> TASK DIRECTIONS:
The lines to reproduce run from the first one below to the line containing "#8=(LENGTH_UNIT()NAMED_UNIT(*)SI_UNIT(.MILLI.,.METRE.));", both included. Reproduce them exactly and nothing else.
"""
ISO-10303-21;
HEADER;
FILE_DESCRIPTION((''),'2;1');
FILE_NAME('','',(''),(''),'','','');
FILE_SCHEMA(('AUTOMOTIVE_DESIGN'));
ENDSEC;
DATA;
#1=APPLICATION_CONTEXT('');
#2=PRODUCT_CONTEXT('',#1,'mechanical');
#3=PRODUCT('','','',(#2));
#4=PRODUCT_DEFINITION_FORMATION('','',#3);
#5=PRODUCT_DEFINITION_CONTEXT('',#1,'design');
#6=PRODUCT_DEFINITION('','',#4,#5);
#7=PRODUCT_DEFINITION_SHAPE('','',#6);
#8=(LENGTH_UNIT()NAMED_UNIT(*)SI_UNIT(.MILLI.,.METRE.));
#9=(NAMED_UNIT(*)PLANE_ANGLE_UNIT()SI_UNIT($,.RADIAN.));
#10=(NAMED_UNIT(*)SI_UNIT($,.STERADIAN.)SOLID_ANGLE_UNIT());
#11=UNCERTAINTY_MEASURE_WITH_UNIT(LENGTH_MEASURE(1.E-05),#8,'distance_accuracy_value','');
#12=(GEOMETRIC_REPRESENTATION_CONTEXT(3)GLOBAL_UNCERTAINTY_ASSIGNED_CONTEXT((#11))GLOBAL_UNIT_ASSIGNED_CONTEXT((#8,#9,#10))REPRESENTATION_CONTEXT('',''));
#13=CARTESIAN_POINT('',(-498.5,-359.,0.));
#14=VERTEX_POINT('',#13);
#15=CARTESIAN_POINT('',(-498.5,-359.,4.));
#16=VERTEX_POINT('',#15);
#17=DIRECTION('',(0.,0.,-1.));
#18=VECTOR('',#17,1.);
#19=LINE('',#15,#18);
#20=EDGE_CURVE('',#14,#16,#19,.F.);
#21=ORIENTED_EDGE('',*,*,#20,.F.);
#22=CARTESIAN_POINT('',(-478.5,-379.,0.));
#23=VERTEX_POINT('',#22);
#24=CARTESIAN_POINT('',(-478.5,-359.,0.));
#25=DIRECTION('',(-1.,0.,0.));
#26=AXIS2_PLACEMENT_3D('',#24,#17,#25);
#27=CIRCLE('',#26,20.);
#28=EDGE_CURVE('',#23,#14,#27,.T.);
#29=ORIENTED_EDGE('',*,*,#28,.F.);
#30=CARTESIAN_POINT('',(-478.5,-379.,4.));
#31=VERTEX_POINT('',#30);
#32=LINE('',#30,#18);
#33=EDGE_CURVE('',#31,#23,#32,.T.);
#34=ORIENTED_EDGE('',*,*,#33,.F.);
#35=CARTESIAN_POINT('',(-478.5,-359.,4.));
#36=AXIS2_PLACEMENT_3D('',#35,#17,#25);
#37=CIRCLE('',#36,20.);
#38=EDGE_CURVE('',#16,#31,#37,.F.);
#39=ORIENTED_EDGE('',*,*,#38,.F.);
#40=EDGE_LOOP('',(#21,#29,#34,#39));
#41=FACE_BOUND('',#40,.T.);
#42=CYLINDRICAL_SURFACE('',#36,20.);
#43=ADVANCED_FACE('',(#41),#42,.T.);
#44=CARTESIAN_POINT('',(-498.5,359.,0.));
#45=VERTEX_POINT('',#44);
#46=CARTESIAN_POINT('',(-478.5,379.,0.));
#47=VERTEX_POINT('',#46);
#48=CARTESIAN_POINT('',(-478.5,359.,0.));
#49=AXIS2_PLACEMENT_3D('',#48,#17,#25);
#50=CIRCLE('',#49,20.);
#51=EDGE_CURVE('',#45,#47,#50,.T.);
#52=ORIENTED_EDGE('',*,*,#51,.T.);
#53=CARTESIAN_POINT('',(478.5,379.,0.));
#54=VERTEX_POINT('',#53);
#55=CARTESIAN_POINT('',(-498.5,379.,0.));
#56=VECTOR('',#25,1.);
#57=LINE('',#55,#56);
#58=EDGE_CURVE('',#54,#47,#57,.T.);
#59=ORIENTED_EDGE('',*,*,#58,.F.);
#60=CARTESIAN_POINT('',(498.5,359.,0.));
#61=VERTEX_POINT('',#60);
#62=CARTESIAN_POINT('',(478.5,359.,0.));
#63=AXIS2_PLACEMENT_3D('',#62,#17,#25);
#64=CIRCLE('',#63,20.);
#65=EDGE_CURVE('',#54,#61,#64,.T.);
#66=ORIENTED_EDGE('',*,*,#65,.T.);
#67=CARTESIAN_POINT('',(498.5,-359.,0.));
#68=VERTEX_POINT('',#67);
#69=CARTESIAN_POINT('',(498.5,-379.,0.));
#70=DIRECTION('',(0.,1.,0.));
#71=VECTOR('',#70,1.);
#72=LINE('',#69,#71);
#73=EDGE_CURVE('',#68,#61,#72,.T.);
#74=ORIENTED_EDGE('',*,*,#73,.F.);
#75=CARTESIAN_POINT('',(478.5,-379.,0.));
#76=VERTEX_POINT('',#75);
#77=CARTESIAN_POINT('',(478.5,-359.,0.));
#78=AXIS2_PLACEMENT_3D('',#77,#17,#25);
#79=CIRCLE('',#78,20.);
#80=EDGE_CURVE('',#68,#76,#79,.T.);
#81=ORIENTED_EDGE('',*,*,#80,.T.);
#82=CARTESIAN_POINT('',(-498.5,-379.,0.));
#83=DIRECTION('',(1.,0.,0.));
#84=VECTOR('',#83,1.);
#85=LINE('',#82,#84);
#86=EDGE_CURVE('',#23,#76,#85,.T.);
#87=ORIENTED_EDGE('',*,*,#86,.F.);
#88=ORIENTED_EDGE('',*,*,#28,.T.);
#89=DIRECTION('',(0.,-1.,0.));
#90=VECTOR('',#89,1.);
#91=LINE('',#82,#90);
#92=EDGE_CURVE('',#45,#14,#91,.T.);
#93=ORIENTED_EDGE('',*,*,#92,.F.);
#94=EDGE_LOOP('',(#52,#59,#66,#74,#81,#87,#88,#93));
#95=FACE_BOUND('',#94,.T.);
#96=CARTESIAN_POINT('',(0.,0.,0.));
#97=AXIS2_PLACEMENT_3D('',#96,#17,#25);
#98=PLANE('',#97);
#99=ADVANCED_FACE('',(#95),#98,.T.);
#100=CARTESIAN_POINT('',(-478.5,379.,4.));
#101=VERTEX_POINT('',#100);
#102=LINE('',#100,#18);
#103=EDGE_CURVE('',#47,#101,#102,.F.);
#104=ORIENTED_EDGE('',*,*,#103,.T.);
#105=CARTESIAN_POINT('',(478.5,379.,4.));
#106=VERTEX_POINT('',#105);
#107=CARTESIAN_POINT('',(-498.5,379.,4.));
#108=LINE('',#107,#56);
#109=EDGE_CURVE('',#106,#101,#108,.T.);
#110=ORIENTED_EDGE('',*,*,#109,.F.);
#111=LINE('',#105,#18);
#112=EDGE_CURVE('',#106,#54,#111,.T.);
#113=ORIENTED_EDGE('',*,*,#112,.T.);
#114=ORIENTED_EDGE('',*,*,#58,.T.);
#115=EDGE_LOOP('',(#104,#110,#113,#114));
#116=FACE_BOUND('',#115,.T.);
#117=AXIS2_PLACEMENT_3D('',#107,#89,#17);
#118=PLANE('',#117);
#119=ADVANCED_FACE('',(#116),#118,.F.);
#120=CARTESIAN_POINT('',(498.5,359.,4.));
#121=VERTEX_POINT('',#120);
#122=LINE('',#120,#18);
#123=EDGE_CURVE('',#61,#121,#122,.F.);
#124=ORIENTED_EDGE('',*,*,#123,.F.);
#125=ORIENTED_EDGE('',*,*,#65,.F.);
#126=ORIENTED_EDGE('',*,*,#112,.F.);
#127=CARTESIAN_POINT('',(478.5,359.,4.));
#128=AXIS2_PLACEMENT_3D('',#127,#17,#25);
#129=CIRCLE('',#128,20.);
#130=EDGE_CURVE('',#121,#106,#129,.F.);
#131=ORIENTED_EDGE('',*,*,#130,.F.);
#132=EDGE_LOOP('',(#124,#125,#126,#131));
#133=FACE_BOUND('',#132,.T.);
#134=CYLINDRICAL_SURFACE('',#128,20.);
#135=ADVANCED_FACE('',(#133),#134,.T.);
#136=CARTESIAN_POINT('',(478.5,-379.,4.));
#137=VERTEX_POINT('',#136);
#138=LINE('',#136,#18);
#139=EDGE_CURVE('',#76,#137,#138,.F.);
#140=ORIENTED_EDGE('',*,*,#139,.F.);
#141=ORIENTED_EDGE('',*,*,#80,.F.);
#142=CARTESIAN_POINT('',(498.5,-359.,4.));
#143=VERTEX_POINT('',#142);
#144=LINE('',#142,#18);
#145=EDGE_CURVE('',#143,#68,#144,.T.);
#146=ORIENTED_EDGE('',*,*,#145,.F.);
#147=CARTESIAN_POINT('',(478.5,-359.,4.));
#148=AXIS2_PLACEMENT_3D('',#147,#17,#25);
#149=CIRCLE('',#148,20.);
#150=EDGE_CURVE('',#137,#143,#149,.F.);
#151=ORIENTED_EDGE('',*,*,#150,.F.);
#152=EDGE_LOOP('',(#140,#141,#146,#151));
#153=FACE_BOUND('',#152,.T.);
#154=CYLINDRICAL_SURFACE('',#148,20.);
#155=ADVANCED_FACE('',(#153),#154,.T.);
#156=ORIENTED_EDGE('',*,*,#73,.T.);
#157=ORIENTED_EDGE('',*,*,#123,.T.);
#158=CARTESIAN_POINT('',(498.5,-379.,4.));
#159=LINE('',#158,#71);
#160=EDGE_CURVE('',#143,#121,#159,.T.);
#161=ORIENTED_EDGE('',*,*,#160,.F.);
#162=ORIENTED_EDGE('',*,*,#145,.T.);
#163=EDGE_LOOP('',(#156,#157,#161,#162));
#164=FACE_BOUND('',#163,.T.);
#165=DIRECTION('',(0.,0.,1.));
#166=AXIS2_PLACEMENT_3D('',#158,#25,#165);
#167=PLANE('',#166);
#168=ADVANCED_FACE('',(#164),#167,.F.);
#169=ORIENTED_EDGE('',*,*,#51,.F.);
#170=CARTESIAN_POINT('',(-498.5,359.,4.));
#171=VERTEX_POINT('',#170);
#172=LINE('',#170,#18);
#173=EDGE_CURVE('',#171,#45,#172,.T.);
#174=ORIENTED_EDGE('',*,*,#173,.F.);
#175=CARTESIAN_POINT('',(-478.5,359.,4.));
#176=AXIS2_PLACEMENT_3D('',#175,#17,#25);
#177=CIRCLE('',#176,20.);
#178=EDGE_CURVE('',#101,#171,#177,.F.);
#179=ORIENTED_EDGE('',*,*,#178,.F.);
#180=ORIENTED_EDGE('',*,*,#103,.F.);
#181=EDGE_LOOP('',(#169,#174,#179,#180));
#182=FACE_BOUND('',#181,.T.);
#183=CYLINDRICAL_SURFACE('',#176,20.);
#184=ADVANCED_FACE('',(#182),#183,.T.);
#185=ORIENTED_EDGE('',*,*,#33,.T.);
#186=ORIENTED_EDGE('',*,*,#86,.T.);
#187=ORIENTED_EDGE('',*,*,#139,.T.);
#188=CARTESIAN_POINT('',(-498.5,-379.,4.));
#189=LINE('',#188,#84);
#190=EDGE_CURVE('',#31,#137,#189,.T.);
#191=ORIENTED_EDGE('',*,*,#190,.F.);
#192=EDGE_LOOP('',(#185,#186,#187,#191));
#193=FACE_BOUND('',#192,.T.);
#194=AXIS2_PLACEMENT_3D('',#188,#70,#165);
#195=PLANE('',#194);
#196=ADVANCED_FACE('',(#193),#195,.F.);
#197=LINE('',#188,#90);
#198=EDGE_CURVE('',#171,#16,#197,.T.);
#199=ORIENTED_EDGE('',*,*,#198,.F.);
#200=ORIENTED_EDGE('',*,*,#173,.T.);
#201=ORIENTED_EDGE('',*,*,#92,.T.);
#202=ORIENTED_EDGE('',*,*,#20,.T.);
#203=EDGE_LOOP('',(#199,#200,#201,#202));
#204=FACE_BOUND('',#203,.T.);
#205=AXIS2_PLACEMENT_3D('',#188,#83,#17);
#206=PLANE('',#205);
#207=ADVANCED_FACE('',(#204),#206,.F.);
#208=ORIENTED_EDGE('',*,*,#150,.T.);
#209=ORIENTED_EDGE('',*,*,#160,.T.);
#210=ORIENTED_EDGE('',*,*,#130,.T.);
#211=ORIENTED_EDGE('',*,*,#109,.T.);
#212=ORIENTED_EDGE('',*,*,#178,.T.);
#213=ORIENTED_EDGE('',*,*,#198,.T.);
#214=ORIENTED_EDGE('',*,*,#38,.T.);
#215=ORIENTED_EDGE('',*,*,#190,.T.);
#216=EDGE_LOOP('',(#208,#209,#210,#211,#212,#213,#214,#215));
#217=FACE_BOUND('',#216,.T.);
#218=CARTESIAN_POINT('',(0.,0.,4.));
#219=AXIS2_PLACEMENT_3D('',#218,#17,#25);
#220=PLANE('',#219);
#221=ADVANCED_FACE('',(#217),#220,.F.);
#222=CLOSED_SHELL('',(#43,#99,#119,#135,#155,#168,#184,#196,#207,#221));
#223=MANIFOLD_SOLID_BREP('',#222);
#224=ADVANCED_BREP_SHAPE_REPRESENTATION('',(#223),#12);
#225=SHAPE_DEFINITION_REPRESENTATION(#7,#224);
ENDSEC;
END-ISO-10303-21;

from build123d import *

# Parameters (mm, degrees)
SKETCH1_W           = 997
SKETCH1_H           = 758
BOSS_EXTRUDE1_DEPTH = 4
FILLET1_R           = 20


with BuildPart() as part:
    # Sketch1 → Boss-Extrude1 (new body)
    with BuildSketch(Plane.XY):
        Rectangle(SKETCH1_W, SKETCH1_H)
    extrude(amount=BOSS_EXTRUDE1_DEPTH)

    # Fillet1
    fillet1_edges = [part.edges().sort_by_distance(p)[0] for p in [
        (498.5, -379, 2),
        (-498.5, -379, 2),
        (-498.5, 379, 2),
        (498.5, 379, 2),
    ]]
    fillet(fillet1_edges, radius=FILLET1_R)


solid = part.part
"""
> RESULT FOR THIS EXERCISE:
ISO-10303-21;
HEADER;
FILE_DESCRIPTION((''),'2;1');
FILE_NAME('','',(''),(''),'','','');
FILE_SCHEMA(('AUTOMOTIVE_DESIGN'));
ENDSEC;
DATA;
#1=APPLICATION_CONTEXT('');
#2=PRODUCT_CONTEXT('',#1,'mechanical');
#3=PRODUCT('','','',(#2));
#4=PRODUCT_DEFINITION_FORMATION('','',#3);
#5=PRODUCT_DEFINITION_CONTEXT('',#1,'design');
#6=PRODUCT_DEFINITION('','',#4,#5);
#7=PRODUCT_DEFINITION_SHAPE('','',#6);
#8=(LENGTH_UNIT()NAMED_UNIT(*)SI_UNIT(.MILLI.,.METRE.));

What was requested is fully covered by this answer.